Singapore Labour Foundation (SLF), ComfortDelGro's (CD) biggest shareholder is paring down its stake via a block trade of 170m shares worth c.SGD330m. SLF's stake will fall c.8ppt to c.3.9%. CD's share price fell 12% on Thursday, which we believe presents a good buying opportunity. We are not concerned by the sell-down as fundamentals remain strong. Maintain BUY and TP of SGD2.25.
- 12% sell-down presents a good opportunity to accumulate. CD's share price fell 12% last Thursday following the paring down of SLF's stake. We think this sell-down is unwarranted given that company fundamentals remain intact, and this presents a good entry point for investors looking to accumulate.

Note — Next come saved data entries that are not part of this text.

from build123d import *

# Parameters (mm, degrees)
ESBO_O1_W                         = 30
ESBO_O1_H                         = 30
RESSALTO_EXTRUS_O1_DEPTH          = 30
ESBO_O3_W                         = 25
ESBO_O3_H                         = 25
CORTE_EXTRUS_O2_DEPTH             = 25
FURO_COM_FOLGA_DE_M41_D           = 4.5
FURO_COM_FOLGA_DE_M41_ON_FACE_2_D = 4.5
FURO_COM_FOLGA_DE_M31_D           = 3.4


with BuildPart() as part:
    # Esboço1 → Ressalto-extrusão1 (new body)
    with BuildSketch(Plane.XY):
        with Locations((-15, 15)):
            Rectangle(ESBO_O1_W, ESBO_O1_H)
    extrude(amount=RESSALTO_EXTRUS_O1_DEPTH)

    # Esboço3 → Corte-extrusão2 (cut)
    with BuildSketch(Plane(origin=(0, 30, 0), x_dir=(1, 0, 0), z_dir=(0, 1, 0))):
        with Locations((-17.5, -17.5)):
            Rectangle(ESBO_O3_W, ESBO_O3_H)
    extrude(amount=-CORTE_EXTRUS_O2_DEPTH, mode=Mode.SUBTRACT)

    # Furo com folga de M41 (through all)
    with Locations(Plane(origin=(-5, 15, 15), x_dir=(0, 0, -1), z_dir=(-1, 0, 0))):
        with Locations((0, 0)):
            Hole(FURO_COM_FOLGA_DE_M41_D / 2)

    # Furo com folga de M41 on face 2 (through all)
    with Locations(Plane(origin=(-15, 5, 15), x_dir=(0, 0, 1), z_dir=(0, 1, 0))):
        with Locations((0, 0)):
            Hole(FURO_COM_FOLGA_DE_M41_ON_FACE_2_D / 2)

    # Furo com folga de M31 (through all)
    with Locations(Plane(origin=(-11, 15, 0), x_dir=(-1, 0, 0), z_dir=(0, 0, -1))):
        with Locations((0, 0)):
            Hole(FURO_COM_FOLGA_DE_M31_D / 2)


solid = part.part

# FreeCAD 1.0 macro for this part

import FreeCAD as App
import Part
import Sketcher
from FreeCAD import Vector
Q = App.Units.Quantity


def add_polygon(sketch, points):
    """Adds a closed chain of lines whose ends are joined by coincident constraints."""
    first, n = sketch.GeometryCount, len(points)
    for a, b in zip(points, points[1:] + points[:1]):
        sketch.addGeometry(Part.LineSegment(App.Vector(*a, 0), App.Vector(*b, 0)), False)
    for i in range(n):
        sketch.addConstraint(Sketcher.Constraint("Coincident", first + i, 2, first + (i + 1) % n, 1))

doc = App.newDocument("Part")
params = doc.addObject("Spreadsheet::Sheet", "Params")
for row, (alias, value) in enumerate([
    ("sketch1_width", "30 mm"),
    ("pad1_length", "30 mm"),
    ("sketch2_width", "25 mm"),
    ("pocket1_length", "25 mm"),
    ("sketch3_diameter", "4.5 mm"),
    ("hole_diameter", "4.5 mm"),
    ("sketch4_diameter", "4.5 mm"),
    ("hole2_diameter", "4.5 mm"),
    ("sketch5_diameter", "3.4 mm"),
    ("hole3_diameter", "3.4 mm"),
], start=1):
    params.set(f"A{row}", alias)
    params.set(f"B{row}", "=" + value)
    params.setAlias(f"B{row}", alias)

body = doc.addObject("PartDesign::Body", "Body")

sketch1 = body.newObject("Sketcher::SketchObject", "Sketch")
sketch1.AttachmentSupport = (doc.getObject("XY_Plane"), [""])
sketch1.MapMode = "FlatFace"
add_polygon(sketch1, [(-30, 30), (-30, 0), (0, 0), (0, 30)])
sketch1.addConstraint([
    Sketcher.Constraint("Vertical", 0),
    Sketcher.Constraint("Horizontal", 1),
    Sketcher.Constraint("Vertical", 2),
    Sketcher.Constraint("Horizontal", 3),
    Sketcher.Constraint("Coincident", 1, 2, -1, 1),
    Sketcher.Constraint("Equal", 3, 0),
    Sketcher.Constraint("DistanceX", 1, 1, 1, 2, Q("30 mm")),
])
sketch1.setExpression("Constraints[10]", "Params.sketch1_width")
pad1 = body.newObject("PartDesign::Pad", "Pad")
pad1.Profile = sketch1
pad1.setExpression("Length", "Params.pad1_length")

sketch2 = body.newObject("Sketcher::SketchObject", "Sketch001")
sketch2.AttachmentSupport = (doc.getObject("XZ_Plane"), [""])
sketch2.MapMode = "FlatFace"
sketch2.AttachmentOffset = App.Placement(Vector(0, 0, -30), App.Rotation())
add_polygon(sketch2, [(-30, 5), (-30, 30), (-5, 30), (-5, 5)])
sketch2.addConstraint([
    Sketcher.Constraint("Vertical", 0),
    Sketcher.Constraint("Horizontal", 1),
    Sketcher.Constraint("Vertical", 2),
    Sketcher.Constraint("Horizontal", 3),
    Sketcher.Constraint("Equal", 3, 0),
    Sketcher.Constraint("DistanceX", 1, 1, 1, 2, Q("25 mm")),
    Sketcher.Constraint("DistanceX", 0, 2, -1, 1, Q("30 mm")),
    Sketcher.Constraint("DistanceY", -1, 1, 0, 2, Q("30 mm")),
])
sketch2.setExpression("Constraints[9]", "Params.sketch2_width")
pocket1 = body.newObject("PartDesign::Pocket", "Pocket")
pocket1.Profile = sketch2
pocket1.setExpression("Length", "Params.pocket1_length")
pocket1.Reversed = True

sketch3 = body.newObject("Sketcher::SketchObject", "Sketch002")
sketch3.AttachmentSupport = (doc.getObject("YZ_Plane"), [""])
sketch3.MapMode = "FlatFace"
sketch3.AttachmentOffset = App.Placement(Vector(0, 0, -5), App.Rotation())
sketch3.addGeometry(Part.Circle(Vector(15, 15, 0), Vector(0, 0, 1), 2.25), False)
sketch3.addConstraint([
    Sketcher.Constraint("Diameter", 0, Q("4.5 mm")),
    Sketcher.Constraint("DistanceX", -1, 1, 0, 3, Q("15 mm")),
    Sketcher.Constraint("DistanceY", -1, 1, 0, 3, Q("15 mm")),
])
sketch3.setExpression("Constraints[0]", "Params.sketch3_diameter")
doc.recompute()
hole = body.newObject("PartDesign::Hole", "Hole")
hole.Profile = sketch3
hole.ThreadType = "None"
hole.setExpression("Diameter", "Params.hole_diameter")
hole.DepthType = "ThroughAll"
hole.Reversed = True

sketch4 = body.newObject("Sketcher::SketchObject", "Sketch003")
sketch4.AttachmentSupport = (doc.getObject("XZ_Plane"), [""])
sketch4.MapMode = "FlatFace"
sketch4.AttachmentOffset = App.Placement(Vector(0, 0, -5), App.Rotation())
sketch4.addGeometry(Part.Circle(Vector(-15, 15, 0), Vector(0, 0, 1), 2.25), False)
sketch4.addConstraint([
    Sketcher.Constraint("Diameter", 0, Q("4.5 mm")),
    Sketcher.Constraint("DistanceX", 0, 3, -1, 1, Q("15 mm")),
    Sketcher.Constraint("DistanceY", -1, 1, 0, 3, Q("15 mm")),
])
sketch4.setExpression("Constraints[0]", "Params.sketch4_diameter")
doc.recompute()
hole2 = body.newObject("PartDesign::Hole", "Hole001")
hole2.Profile = sketch4
hole2.ThreadType = "None"
hole2.setExpression("Diameter", "Params.hole2_diameter")
hole2.DepthType = "ThroughAll"
hole2.Reversed = True

sketch5 = body.newObject("Sketcher::SketchObject", "Sketch004")
sketch5.AttachmentSupport = (doc.getObject("XY_Plane"), [""])
sketch5.MapMode = "FlatFace"
sketch5.addGeometry(Part.Circle(Vector(-11, 15, 0), Vector(0, 0, 1), 1.7), False)
sketch5.addConstraint([
    Sketcher.Constraint("Diameter", 0, Q("3.4 mm")),
    Sketcher.Constraint("DistanceX", 0, 3, -1, 1, Q("11 mm")),
    Sketcher.Constraint("DistanceY", -1, 1, 0, 3, Q("15 mm")),
])
sketch5.setExpression("Constraints[0]", "Params.sketch5_diameter")
doc.recompute()
hole3 = body.newObject("PartDesign::Hole", "Hole002")
hole3.Profile = sketch5
hole3.ThreadType = "None"
hole3.setExpression("Diameter", "Params.hole3_diameter")
hole3.DepthType = "ThroughAll"
hole3.Reversed = True

doc.recompute()
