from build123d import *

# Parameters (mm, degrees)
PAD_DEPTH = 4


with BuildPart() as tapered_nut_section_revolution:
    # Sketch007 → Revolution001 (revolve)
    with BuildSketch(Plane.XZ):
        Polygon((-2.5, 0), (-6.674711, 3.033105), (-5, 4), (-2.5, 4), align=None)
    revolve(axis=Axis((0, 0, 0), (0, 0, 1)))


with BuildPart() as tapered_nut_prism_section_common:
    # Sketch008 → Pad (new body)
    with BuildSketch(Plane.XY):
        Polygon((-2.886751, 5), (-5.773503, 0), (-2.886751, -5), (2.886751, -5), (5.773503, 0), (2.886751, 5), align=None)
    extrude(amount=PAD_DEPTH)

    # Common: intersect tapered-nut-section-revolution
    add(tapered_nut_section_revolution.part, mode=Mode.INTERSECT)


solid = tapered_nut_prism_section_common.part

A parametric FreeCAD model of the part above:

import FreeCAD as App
import Part
import Sketcher
Q = App.Units.Quantity

doc = App.newDocument("Part")
params = doc.addObject("Spreadsheet::Sheet", "Params")
for row, (alias, value) in enumerate([
    ("sketch1_height", "4 mm"),
    ("sketch1_width", "2.5 mm"),
    ("revolution_angle", "360 deg"),
    ("pad1_length", "4 mm"),
], start=1):
    params.set(f"A{row}", alias)
    params.set(f"B{row}", "=" + value)
    params.setAlias(f"B{row}", alias)

body = doc.addObject("PartDesign::Body", "Body")

# Sketch on XZ plane
sketch1 = doc.addObject("Sketcher::SketchObject", "Sketch")
body.addObject(sketch1)
sketch1.AttachmentSupport = (doc.XZ_Plane, [""])
sketch1.MapMode = "FlatFace"
sketch1.addGeometry(Part.LineSegment(App.Vector(-6.674711, 3.033105, 0), App.Vector(-2.5, 0, 0)), False)
sketch1.addGeometry(Part.LineSegment(App.Vector(-2.5, 0, 0), App.Vector(-2.5, 4, 0)), False)
sketch1.addGeometry(Part.LineSegment(App.Vector(-2.5, 4, 0), App.Vector(-5, 4, 0)), False)
sketch1.addGeometry(Part.LineSegment(App.Vector(-5, 4, 0), App.Vector(-6.674711, 3.033105, 0)), False)
sketch1.addConstraint(Sketcher.Constraint("Coincident", 0, 2, 1, 1))
sketch1.addConstraint(Sketcher.Constraint("Coincident", 1, 2, 2, 1))
sketch1.addConstraint(Sketcher.Constraint("Coincident", 2, 2, 3, 1))
sketch1.addConstraint(Sketcher.Constraint("Coincident", 3, 2, 0, 1))
sketch1.addConstraint(Sketcher.Constraint("Vertical", 1))
sketch1.addConstraint(Sketcher.Constraint("Horizontal", 2))
sketch1.addConstraint(Sketcher.Constraint("PointOnObject", 0, 2, -1))
sketch1.addConstraint(Sketcher.Constraint("DistanceY", 1, 1, 1, 2, Q("4 mm")))
sketch1.addConstraint(Sketcher.Constraint("Angle", 0, Q("-35.999999 deg")))
sketch1.addConstraint(Sketcher.Constraint("Angle", 3, Q("-149.999996 deg")))
sketch1.addConstraint(Sketcher.Constraint("DistanceX", 2, 2, 2, 1, Q("2.5 mm")))
sketch1.addConstraint(Sketcher.Constraint("DistanceX", 2, 2, -1, 1, Q("5 mm")))
sketch1.setExpression("Constraints[7]", "Params.sketch1_height")
sketch1.setExpression("Constraints[10]", "Params.sketch1_width")
revolution = doc.addObject("PartDesign::Revolution", "Revolution")
body.addObject(revolution)
revolution.Profile = sketch1
revolution.ReferenceAxis = (sketch1, ["V_Axis"])
revolution.setExpression("Angle", "Params.revolution_angle")
body2 = doc.addObject("PartDesign::Body", "Body001")

# Sketch on XY plane
sketch2 = doc.addObject("Sketcher::SketchObject", "Sketch001")
body2.addObject(sketch2)
sketch2.AttachmentSupport = (doc.getObject("XY_Plane001"), [""])
sketch2.MapMode = "FlatFace"
sketch2.addGeometry(Part.LineSegment(App.Vector(-2.886751, 5, 0), App.Vector(-5.773503, 0, 0)), False)
sketch2.addGeometry(Part.LineSegment(App.Vector(-5.773503, 0, 0), App.Vector(-2.886751, -5, 0)), False)
sketch2.addGeometry(Part.LineSegment(App.Vector(-2.886751, -5, 0), App.Vector(2.886751, -5, 0)), False)
sketch2.addGeometry(Part.LineSegment(App.Vector(2.886751, -5, 0), App.Vector(5.773503, 0, 0)), False)
sketch2.addGeometry(Part.LineSegment(App.Vector(5.773503, 0, 0), App.Vector(2.886751, 5, 0)), False)
sketch2.addGeometry(Part.LineSegment(App.Vector(2.886751, 5, 0), App.Vector(-2.886751, 5, 0)), False)
sketch2.addConstraint(Sketcher.Constraint("Coincident", 0, 2, 1, 1))
sketch2.addConstraint(Sketcher.Constraint("Coincident", 1, 2, 2, 1))
sketch2.addConstraint(Sketcher.Constraint("Coincident", 2, 2, 3, 1))
sketch2.addConstraint(Sketcher.Constraint("Coincident", 3, 2, 4, 1))
sketch2.addConstraint(Sketcher.Constraint("Coincident", 4, 2, 5, 1))
sketch2.addConstraint(Sketcher.Constraint("Coincident", 5, 2, 0, 1))
sketch2.addConstraint(Sketcher.Constraint("Horizontal", 2))
sketch2.addConstraint(Sketcher.Constraint("Horizontal", 5))
sketch2.addConstraint(Sketcher.Constraint("Symmetric", 0, 2, 3, 2, -1, 1))
sketch2.addConstraint(Sketcher.Constraint("Symmetric", 1, 2, 4, 2, -1, 1))
sketch2.addConstraint(Sketcher.Constraint("PointOnObject", 0, 2, -1))
sketch2.addConstraint(Sketcher.Constraint("Parallel", 0, 3))
sketch2.addConstraint(Sketcher.Constraint("Vertical", 2, 2, 4, 2))
sketch2.addConstraint(Sketcher.Constraint("Angle", 0, Q("-120.000006 deg")))
sketch2.addConstraint(Sketcher.Constraint("DistanceY", 1, 2, -1, 1, Q("5 mm")))
sketch2.addConstraint(Sketcher.Constraint("DistanceX", 2, 1, 2, 2, Q("5.773502 mm")))
pad1 = doc.addObject("PartDesign::Pad", "Pad")
body2.addObject(pad1)
pad1.Profile = sketch2
pad1.setExpression("Length", "Params.pad1_length")
doc.recompute()

boolean = doc.addObject("PartDesign::Boolean", "Boolean")
body2.addObject(boolean)
boolean.Type = "Common"
boolean.addObjects([body])

doc.recompute()
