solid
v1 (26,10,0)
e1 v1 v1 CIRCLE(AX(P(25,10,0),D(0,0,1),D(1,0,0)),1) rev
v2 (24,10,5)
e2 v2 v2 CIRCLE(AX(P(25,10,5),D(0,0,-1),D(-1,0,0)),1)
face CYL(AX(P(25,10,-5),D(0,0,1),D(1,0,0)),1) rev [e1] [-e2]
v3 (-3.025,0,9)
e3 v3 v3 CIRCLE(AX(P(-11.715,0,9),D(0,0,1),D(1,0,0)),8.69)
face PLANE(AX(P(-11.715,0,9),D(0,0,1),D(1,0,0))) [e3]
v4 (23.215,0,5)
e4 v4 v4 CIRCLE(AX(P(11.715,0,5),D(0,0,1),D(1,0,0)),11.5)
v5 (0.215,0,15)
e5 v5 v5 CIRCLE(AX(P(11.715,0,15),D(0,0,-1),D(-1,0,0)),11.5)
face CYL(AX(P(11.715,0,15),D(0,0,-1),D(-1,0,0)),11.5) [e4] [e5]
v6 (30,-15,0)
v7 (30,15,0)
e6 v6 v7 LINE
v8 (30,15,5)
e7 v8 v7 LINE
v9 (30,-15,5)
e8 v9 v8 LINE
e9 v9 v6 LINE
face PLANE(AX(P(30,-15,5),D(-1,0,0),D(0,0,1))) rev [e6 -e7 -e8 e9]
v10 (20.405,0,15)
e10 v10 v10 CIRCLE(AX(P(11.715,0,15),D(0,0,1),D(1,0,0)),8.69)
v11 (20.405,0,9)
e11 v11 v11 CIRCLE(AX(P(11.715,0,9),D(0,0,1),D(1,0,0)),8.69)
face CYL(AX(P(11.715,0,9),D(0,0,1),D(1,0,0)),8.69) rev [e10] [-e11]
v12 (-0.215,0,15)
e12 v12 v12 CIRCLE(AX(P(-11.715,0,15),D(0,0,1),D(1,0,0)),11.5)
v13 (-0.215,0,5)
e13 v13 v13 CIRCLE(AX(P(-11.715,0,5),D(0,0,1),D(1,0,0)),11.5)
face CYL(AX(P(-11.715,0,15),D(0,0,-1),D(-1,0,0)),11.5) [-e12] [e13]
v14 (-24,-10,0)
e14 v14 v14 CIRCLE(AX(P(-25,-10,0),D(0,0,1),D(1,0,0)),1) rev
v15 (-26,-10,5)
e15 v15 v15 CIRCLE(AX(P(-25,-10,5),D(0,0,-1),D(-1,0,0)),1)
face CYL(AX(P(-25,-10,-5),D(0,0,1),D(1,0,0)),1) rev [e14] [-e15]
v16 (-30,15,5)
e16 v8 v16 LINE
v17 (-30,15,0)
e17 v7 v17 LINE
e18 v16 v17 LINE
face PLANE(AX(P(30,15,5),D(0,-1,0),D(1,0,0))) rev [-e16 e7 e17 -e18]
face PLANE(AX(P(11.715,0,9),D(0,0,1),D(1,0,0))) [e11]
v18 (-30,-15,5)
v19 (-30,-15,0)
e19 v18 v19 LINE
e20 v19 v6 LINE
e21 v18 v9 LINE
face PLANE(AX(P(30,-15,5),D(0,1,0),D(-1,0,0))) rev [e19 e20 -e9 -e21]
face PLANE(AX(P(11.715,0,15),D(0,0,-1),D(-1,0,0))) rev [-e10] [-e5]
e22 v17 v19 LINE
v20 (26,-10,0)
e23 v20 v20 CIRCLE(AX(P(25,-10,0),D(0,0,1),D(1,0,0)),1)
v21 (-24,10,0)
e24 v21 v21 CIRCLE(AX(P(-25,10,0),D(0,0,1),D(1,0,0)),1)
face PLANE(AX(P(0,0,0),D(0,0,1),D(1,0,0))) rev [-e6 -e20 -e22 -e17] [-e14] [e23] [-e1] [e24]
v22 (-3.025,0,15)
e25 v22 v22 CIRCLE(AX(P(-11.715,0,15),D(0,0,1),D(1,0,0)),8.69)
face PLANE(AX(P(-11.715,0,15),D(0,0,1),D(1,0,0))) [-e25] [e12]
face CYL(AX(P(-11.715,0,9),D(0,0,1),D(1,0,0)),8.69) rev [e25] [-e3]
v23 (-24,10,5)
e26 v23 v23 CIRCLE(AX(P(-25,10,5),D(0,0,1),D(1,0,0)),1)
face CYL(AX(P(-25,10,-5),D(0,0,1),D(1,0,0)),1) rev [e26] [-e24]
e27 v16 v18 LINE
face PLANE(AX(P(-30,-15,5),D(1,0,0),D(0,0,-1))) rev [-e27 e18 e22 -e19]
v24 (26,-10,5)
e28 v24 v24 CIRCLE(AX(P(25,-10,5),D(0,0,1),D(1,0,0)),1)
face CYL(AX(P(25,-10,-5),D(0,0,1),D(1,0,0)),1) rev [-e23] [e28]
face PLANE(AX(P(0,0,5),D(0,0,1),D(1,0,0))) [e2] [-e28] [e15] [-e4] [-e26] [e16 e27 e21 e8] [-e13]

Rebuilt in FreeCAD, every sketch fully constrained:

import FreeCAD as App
import Part
import Sketcher

V = App.Vector
Q = App.Units.Quantity


def add_polygon(sketch, points):
    """Adds a closed chain of lines whose ends are joined by coincident constraints."""
    first, n = sketch.GeometryCount, len(points)
    for a, b in zip(points, points[1:] + points[:1]):
        sketch.addGeometry(Part.LineSegment(App.Vector(*a, 0), App.Vector(*b, 0)), False)
    for i in range(n):
        sketch.addConstraint(Sketcher.Constraint("Coincident", first + i, 2, first + (i + 1) % n, 1))

doc = App.newDocument("Part")
body = doc.addObject("PartDesign::Body", "Body")

# Sketch on XY plane
sketch1 = body.newObject("Sketcher::SketchObject", "Sketch")
sketch1.AttachmentSupport = (doc.getObject("XY_Plane"), [""])
sketch1.MapMode = "FlatFace"
add_polygon(sketch1, [(-30, 15), (-30, -15), (30, -15), (30, 15)])  # lines 0-3
sketch1.addConstraint([
    Sketcher.Constraint("Vertical", 0),
    Sketcher.Constraint("Horizontal", 1),
    Sketcher.Constraint("Vertical", 2),
    Sketcher.Constraint("Horizontal", 3),
    Sketcher.Constraint("Symmetric", 0, 2, 2, 2, -1, 1),
    Sketcher.Constraint("DistanceX", 1, 1, 1, 2, Q("60 mm")),
    Sketcher.Constraint("DistanceY", 0, 2, 0, 1, Q("30 mm")),
])
pad1 = body.newObject("PartDesign::Pad", "Pad")
pad1.Profile = sketch1
pad1.Length = 5

# Sketch on XY plane
sketch2 = body.newObject("Sketcher::SketchObject", "Sketch001")
sketch2.AttachmentSupport = (doc.getObject("XY_Plane"), [""])
sketch2.MapMode = "FlatFace"
sketch2.AttachmentOffset = App.Placement(V(0, 0, 5), App.Rotation())
sketch2.addGeometry([
    Part.Circle(V(-12, 0, 0), V(0, 0, 1), 12),
    Part.Circle(V(12, 0, 0), V(0, 0, 1), 12),
], False)
sketch2.addConstraint([
    Sketcher.Constraint("Equal", 0, 1),
    Sketcher.Constraint("Symmetric", 0, 3, 1, 3, -1, 1),
    Sketcher.Constraint("PointOnObject", 0, 3, -1),
    Sketcher.Constraint("Diameter", 0, Q("23 mm")),
    Sketcher.Constraint("DistanceX", 0, 3, 1, 3, Q("23.43 mm")),
])
pad2 = body.newObject("PartDesign::Pad", "Pad001")
pad2.Profile = sketch2
pad2.Length = 10

# Sketch on XY plane
sketch3 = body.newObject("Sketcher::SketchObject", "Sketch002")
sketch3.AttachmentSupport = (doc.getObject("XY_Plane"), [""])
sketch3.MapMode = "FlatFace"
sketch3.AttachmentOffset = App.Placement(V(0, 0, 15), App.Rotation())
sketch3.addGeometry([
    Part.Circle(V(-12, 0, 0), V(0, 0, 1), 9),
    Part.Circle(V(12, 0, 0), V(0, 0, 1), 9),
], False)
sketch3.addConstraint([
    Sketcher.Constraint("Equal", 0, 1),
    Sketcher.Constraint("Symmetric", 0, 3, 1, 3, -1, 1),
    Sketcher.Constraint("PointOnObject", 0, 3, -1),
    Sketcher.Constraint("Diameter", 0, Q("17.38 mm")),
    Sketcher.Constraint("DistanceX", 0, 3, 1, 3, Q("23.43 mm")),
])
pocket1 = body.newObject("PartDesign::Pocket", "Pocket")
pocket1.Profile = sketch3
pocket1.Length = 6

# Sketch on XY plane
sketch4 = body.newObject("Sketcher::SketchObject", "Sketch003")
sketch4.AttachmentSupport = (doc.getObject("XY_Plane"), [""])
sketch4.MapMode = "FlatFace"
sketch4.AttachmentOffset = App.Placement(V(0, 0, 5), App.Rotation())
sketch4.addGeometry([
    Part.Circle(V(-25, 10, 0), V(0, 0, 1), 1),
    Part.Circle(V(25, 10, 0), V(0, 0, 1), 1),
    Part.Circle(V(25, -10, 0), V(0, 0, 1), 1),
    Part.Circle(V(-25, -10, 0), V(0, 0, 1), 1),
], False)
sketch4.addConstraint([
    Sketcher.Constraint("Equal", 0, 1),
    Sketcher.Constraint("Equal", 1, 2),
    Sketcher.Constraint("Equal", 2, 3),
    Sketcher.Constraint("Symmetric", 0, 3, 2, 3, -1, 1),
    Sketcher.Constraint("Symmetric", 1, 3, 3, 3, -1, 1),
    Sketcher.Constraint("Symmetric", 0, 3, 1, 3, -2),
    Sketcher.Constraint("Diameter", 0, Q("2 mm")),
    Sketcher.Constraint("DistanceX", 0, 3, -1, 1, Q("25 mm")),
    Sketcher.Constraint("DistanceY", -1, 1, 0, 3, Q("10 mm")),
])
pocket2 = body.newObject("PartDesign::Pocket", "Pocket001")
pocket2.Profile = sketch4
pocket2.Length = 10

doc.recompute()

- This could simply be a timely exit for SLF. SLF is a statutory board of the Ministry of Manpower (MOM) that aims to develop Labour Movement that support Singapore's growth as well as the well-being of working people in Singapore. As CD's overseas businesses grew and now accounting for 46% of group operating profit, coupled with CD's aim to hit 50% profit contribution from overseas, we think that SLF's involvement with CD could be less relevant now. Moreover, with the recent 32% six month run up in share price (22 May 13 close), we think SLF simply sees this period as an opportunistic time to exit.
- No change to business fundamentals, no reason for sell-down. We understand that SLF had been a passive shareholder holding one nonexecutive board seat. We believe the fundamentals of CD remain unchanged and still remain positive on its overseas growth potential to drive earnings.
- CD remains our preferred pick. At a FY13 P/E of 15.5x, CD is still more attractive than SMRT's 24.5x FY14 P/E (FYE Mar). We like CD's strong overseas network, which enhances overseas growth prospects versus SMRT which still faces cost related challenges.